For a bereaved parent, each new year draws us further from the one we lost.
2019 will mark 4 years since Shane passed. It’s heartbreaking to realize we have been living without him for that long.
But, we move forward with him by our side.
He is remembered each and every day by us. I know Paul and I have done the best for our children when they can openly speak of their brother, laugh at the memories, cry at the moments lost, but always feel his love and presence within them and around them.
We want them to live forward with Shane as their guide.
They are proud of the legacy Shane has left. His tumors have brought forth amazing research and we have assisted in research and helped families faced with similar circumstances. All at our own pace. We balance our life, our family and Shane’s legacy in a healthy balance.
Thank you for continuing Shane’s legacy with us. May 2019 bring more remarkable movements forward in the fight against alveolar rhabdomyosarcoma.
Cheers!

Thank you to Jennie Rose, Amanda Seguinot, Lorac Nedgo and Deborah Pann for your generous donations.

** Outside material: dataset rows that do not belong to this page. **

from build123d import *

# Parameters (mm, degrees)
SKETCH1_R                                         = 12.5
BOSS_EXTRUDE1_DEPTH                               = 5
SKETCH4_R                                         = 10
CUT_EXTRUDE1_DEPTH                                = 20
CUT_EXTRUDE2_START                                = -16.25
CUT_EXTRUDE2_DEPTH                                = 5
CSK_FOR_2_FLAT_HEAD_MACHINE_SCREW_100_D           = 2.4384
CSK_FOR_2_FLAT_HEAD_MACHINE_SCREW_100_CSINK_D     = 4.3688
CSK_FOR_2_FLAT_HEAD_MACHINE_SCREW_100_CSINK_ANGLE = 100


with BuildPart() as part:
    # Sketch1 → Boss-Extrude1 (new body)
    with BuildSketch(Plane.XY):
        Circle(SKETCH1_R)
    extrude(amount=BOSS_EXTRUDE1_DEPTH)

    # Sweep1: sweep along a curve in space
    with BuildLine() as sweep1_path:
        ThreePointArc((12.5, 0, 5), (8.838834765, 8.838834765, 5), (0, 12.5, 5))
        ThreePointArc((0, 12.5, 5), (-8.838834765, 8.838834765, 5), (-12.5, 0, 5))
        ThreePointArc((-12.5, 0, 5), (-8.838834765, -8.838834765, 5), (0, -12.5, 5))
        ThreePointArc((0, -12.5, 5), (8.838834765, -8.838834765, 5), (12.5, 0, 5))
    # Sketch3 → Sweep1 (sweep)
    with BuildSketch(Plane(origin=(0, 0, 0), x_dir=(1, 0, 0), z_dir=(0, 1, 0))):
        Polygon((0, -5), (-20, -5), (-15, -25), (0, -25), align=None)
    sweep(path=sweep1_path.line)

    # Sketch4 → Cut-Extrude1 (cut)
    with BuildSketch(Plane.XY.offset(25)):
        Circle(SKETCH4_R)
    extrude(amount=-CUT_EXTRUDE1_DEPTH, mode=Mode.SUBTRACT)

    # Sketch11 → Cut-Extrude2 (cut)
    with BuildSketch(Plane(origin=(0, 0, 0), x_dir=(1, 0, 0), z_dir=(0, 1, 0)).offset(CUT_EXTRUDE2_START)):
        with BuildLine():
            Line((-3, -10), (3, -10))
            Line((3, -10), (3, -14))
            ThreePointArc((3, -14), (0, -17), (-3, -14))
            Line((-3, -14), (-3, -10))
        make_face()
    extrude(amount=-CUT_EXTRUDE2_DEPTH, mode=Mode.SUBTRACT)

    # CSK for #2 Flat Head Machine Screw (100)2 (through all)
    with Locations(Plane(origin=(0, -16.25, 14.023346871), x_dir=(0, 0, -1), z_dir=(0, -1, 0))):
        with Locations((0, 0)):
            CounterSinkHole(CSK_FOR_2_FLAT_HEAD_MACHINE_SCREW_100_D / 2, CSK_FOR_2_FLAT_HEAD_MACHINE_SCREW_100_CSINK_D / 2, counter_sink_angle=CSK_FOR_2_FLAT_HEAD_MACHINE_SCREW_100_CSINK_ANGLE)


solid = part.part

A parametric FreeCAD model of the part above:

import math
import FreeCAD as App
import Part
import Sketcher
Q = App.Units.Quantity

doc = App.newDocument("Part")
params = doc.addObject("Spreadsheet::Sheet", "Params")
for row, (alias, value) in enumerate([
    ("sketch1_diameter", "25 mm"),
    ("pad1_length", "5 mm"),
    ("sketch2_width", "20 mm"),
    ("sketch2_width2", "15 mm"),
    ("sketch3_radius", "12.5 mm"),
    ("sketch4_diameter", "20 mm"),
    ("pocket1_length", "20 mm"),
    ("sketch5_radius", "3 mm"),
    ("sketch5_height", "4 mm"),
    ("pocket2_length", "5 mm"),
    ("hole_diameter", "2.4384 mm"),
    ("hole_csink_diameter", "4.3688 mm"),
], start=1):
    params.set(f"A{row}", alias)
    params.set(f"B{row}", "=" + value)
    params.setAlias(f"B{row}", alias)

body = doc.addObject("PartDesign::Body", "Body")

# Sketch on XY plane
sketch1 = doc.addObject("Sketcher::SketchObject", "Sketch")
body.addObject(sketch1)
sketch1.AttachmentSupport = (doc.XY_Plane, [""])
sketch1.MapMode = "FlatFace"
sketch1.addGeometry(Part.Circle(App.Vector(0, 0, 0), App.Vector(0, 0, 1), 12), False)
sketch1.addConstraint([
    Sketcher.Constraint("Coincident", 0, 3, -1, 1),
    Sketcher.Constraint("Diameter", 0, Q("25 mm")),
])
sketch1.setExpression("Constraints[1]", "Params.sketch1_diameter")
pad1 = doc.addObject("PartDesign::Pad", "Pad")
body.addObject(pad1)
pad1.Profile = sketch1
pad1.setExpression("Length", "Params.pad1_length")

# Sketch on XZ plane
sketch2 = doc.addObject("Sketcher::SketchObject", "Sketch001")
body.addObject(sketch2)
sketch2.AttachmentSupport = (doc.XZ_Plane, [""])
sketch2.MapMode = "FlatFace"
sketch2.addGeometry([
    Part.LineSegment(App.Vector(0, 5, 0), App.Vector(-20, 5, 0)),
    Part.LineSegment(App.Vector(-20, 5, 0), App.Vector(-15, 25, 0)),
    Part.LineSegment(App.Vector(-15, 25, 0), App.Vector(0, 25, 0)),
    Part.LineSegment(App.Vector(0, 25, 0), App.Vector(0, 5, 0)),
], False)
sketch2.addConstraint([
    Sketcher.Constraint("Coincident", 0, 2, 1, 1),
    Sketcher.Constraint("Coincident", 1, 2, 2, 1),
    Sketcher.Constraint("Coincident", 2, 2, 3, 1),
    Sketcher.Constraint("Coincident", 3, 2, 0, 1),
    Sketcher.Constraint("Horizontal", 0),
    Sketcher.Constraint("Horizontal", 2),
    Sketcher.Constraint("Vertical", 3),
    Sketcher.Constraint("PointOnObject", 2, 2, -2),
    Sketcher.Constraint("Equal", 0, 3),
    Sketcher.Constraint("DistanceX", 0, 2, 0, 1, Q("20 mm")),
    Sketcher.Constraint("DistanceX", 2, 1, 2, 2, Q("15 mm")),
    Sketcher.Constraint("DistanceY", -1, 1, 0, 2, Q("5 mm")),
])
sketch2.setExpression("Constraints[9]", "Params.sketch2_width")
sketch2.setExpression("Constraints[10]", "Params.sketch2_width2")

# Sketch on XY plane
sketch3 = doc.addObject("Sketcher::SketchObject", "Sketch002")
body.addObject(sketch3)
sketch3.AttachmentSupport = (doc.XY_Plane, [""])
sketch3.MapMode = "FlatFace"
sketch3.AttachmentOffset = App.Placement(App.Vector(0, 0, 5), App.Rotation())
sketch3.addGeometry([
    Part.ArcOfCircle(Part.Circle(App.Vector(0, 0, 0), App.Vector(0, 0, 1), 12), math.radians(0), math.radians(90)),
    Part.ArcOfCircle(Part.Circle(App.Vector(0, 0, 0), App.Vector(0, 0, 1), 12), math.radians(90), math.radians(180)),
    Part.ArcOfCircle(Part.Circle(App.Vector(0, 0, 0), App.Vector(0, 0, 1), 12), math.radians(180), math.radians(270)),
    Part.ArcOfCircle(Part.Circle(App.Vector(0, 0, 0), App.Vector(0, 0, 1), 12), math.radians(-90), math.radians(0)),
], False)
sketch3.addConstraint([
    Sketcher.Constraint("Tangent", 0, 2, 1, 1),
    Sketcher.Constraint("Tangent", 1, 2, 2, 1),
    Sketcher.Constraint("Tangent", 2, 2, 3, 1),
    Sketcher.Constraint("Tangent", 3, 2, 0, 1),
    Sketcher.Constraint("Coincident", 0, 3, -1, 1),
    Sketcher.Constraint("Equal", 0, 1),
    Sketcher.Constraint("PointOnObject", 0, 2, -2),
    Sketcher.Constraint("PointOnObject", 1, 2, -1),
    Sketcher.Constraint("PointOnObject", 2, 2, -2),
    Sketcher.Constraint("PointOnObject", 3, 2, -1),
    Sketcher.Constraint("Radius", 0, Q("12.5 mm")),
])
sketch3.setExpression("Constraints[10]", "Params.sketch3_radius")
doc.recompute()

additivepipe = doc.addObject("PartDesign::AdditivePipe", "AdditivePipe")
body.addObject(additivepipe)
additivepipe.Profile = sketch2
additivepipe.Spine = (sketch3, ["Edge1", "Edge2", "Edge3", "Edge4"])

# Sketch on XY plane
sketch4 = doc.addObject("Sketcher::SketchObject", "Sketch003")
body.addObject(sketch4)
sketch4.AttachmentSupport = (doc.XY_Plane, [""])
sketch4.MapMode = "FlatFace"
sketch4.AttachmentOffset = App.Placement(App.Vector(0, 0, 25), App.Rotation())
sketch4.addGeometry(Part.Circle(App.Vector(0, 0, 0), App.Vector(0, 0, 1), 10), False)
sketch4.addConstraint([
    Sketcher.Constraint("Coincident", 0, 3, -1, 1),
    Sketcher.Constraint("Diameter", 0, Q("20 mm")),
])
sketch4.setExpression("Constraints[1]", "Params.sketch4_diameter")
pocket1 = doc.addObject("PartDesign::Pocket", "Pocket")
body.addObject(pocket1)
pocket1.Profile = sketch4
pocket1.setExpression("Length", "Params.pocket1_length")

# Sketch on XZ plane
sketch5 = doc.addObject("Sketcher::SketchObject", "Sketch004")
body.addObject(sketch5)
sketch5.AttachmentSupport = (doc.XZ_Plane, [""])
sketch5.MapMode = "FlatFace"
sketch5.AttachmentOffset = App.Placement(App.Vector(0, 0, 16.25), App.Rotation())
sketch5.addGeometry([
    Part.LineSegment(App.Vector(3, 10, 0), App.Vector(-3, 10, 0)),
    Part.LineSegment(App.Vector(-3, 10, 0), App.Vector(-3, 14, 0)),
    Part.ArcOfCircle(Part.Circle(App.Vector(0, 14, 0), App.Vector(0, 0, 1), 3), math.radians(0), math.radians(180)),
    Part.LineSegment(App.Vector(3, 14, 0), App.Vector(3, 10, 0)),
], False)
sketch5.addConstraint([
    Sketcher.Constraint("Coincident", 0, 2, 1, 1),
    Sketcher.Constraint("Tangent", 1, 2, 2, 2),
    Sketcher.Constraint("Tangent", 2, 1, 3, 1),
    Sketcher.Constraint("Coincident", 3, 2, 0, 1),
    Sketcher.Constraint("Horizontal", 0),
    Sketcher.Constraint("Vertical", 1),
    Sketcher.Constraint("Vertical", 3),
    Sketcher.Constraint("PointOnObject", 2, 3, -2),
    Sketcher.Constraint("Radius", 2, Q("3 mm")),
    Sketcher.Constraint("DistanceY", 1, 1, 1, 2, Q("4 mm")),
    Sketcher.Constraint("DistanceY", -1, 1, 2, 3, Q("14 mm")),
])
sketch5.setExpression("Constraints[8]", "Params.sketch5_radius")
sketch5.setExpression("Constraints[9]", "Params.sketch5_height")
pocket2 = doc.addObject("PartDesign::Pocket", "Pocket001")
body.addObject(pocket2)
pocket2.Profile = sketch5
pocket2.setExpression("Length", "Params.pocket2_length")
pocket2.Reversed = True

# Sketch on XZ plane
sketch6 = doc.addObject("Sketcher::SketchObject", "Sketch005")
body.addObject(sketch6)
sketch6.AttachmentSupport = (doc.XZ_Plane, [""])
sketch6.MapMode = "FlatFace"
sketch6.AttachmentOffset = App.Placement(App.Vector(0, 0, 16.25), App.Rotation())
sketch6.addGeometry(Part.Circle(App.Vector(0, 14, 0), App.Vector(0, 0, 1), 1.2), False)
sketch6.addConstraint([
    Sketcher.Constraint("PointOnObject", 0, 3, -2),
    Sketcher.Constraint("Diameter", 0, Q("2.4384 mm")),
    Sketcher.Constraint("DistanceY", -1, 1, 0, 3, Q("14.023347 mm")),
])
doc.recompute()
hole = doc.addObject("PartDesign::Hole", "Hole")
body.addObject(hole)
hole.Profile = sketch6
hole.ThreadType = "None"
hole.setExpression("Diameter", "Params.hole_diameter")
hole.DepthType = "ThroughAll"
hole.HoleCutType = "Countersink"
hole.setExpression("HoleCutDiameter", "Params.hole_csink_diameter")
hole.HoleCutCountersinkAngle = 100

doc.recompute()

The Target Cuthbert Blvd made an incredible $500 gift card donation to the CHOP PACT team on behalf of Shane’s Future Days. Thank you for supporting the PACT families and issuing these gift cards in Shane’s name❤️
We had an incredible holiday gift drive season for 2018. None of this would be possible without all of you. Thank you for your support and remembering our sweet Shane.
Merry Christmas and Happy New Year you you and yours!
Love,
Paul, Michele, Chase, Ella, Shane and Will

The 21st is almost here and I wanted to pause and say THANK YOU to those who helped Shane’s Future Days brighten families affected by childhood cancer this holiday season.
-Our CHOP PACT team gift card drive and Holiday Gift Drive
Not only were we able to donate over $500 in gift cards,
we also helped a couple families through the PACT team
with all their holiday gifts
*Thank you to Kimberly Parker Cox, Bethany Parker,
Samantha Kane, Hope Anne Marie, Helene Metzgar, Roxanne Mayoros-Blasy and many more not on FB.
**A special thank you to the Falcone (Liz Rauch) family for buying gifts for specific members of our PACT families.
-Thank you to Wicked Cool Toys for your proceeds donation from your amazing 1st annual Santa’s Workshop event! We truly appreciate your efforts in putting on an outstanding event and supporting our families this holiday season.
-Four years ago, we moved in the middle of the most difficult part of our lives. It was crazy, overwhelming and before the move actually happened, we had no idea what our future held with Shane. We went into it before our trip to Boston.
We closed on 12/6/14 and that night Shane wound up at CHOP’s ER. We were quarantined for almost a week since he had RSV. We moved in 12/19/14 and on 12/22/14 I was back at CHOP with Shane for treatment. We came home on Christmas Eve. Somehow, every child’s room was set up as well as most of the house, along with 3 Christmas trees up and fully decorated.
It was a whirlwind with so much anxiety about the future. Our main goal was to get Shane into his new house and for him to live and enjoy it.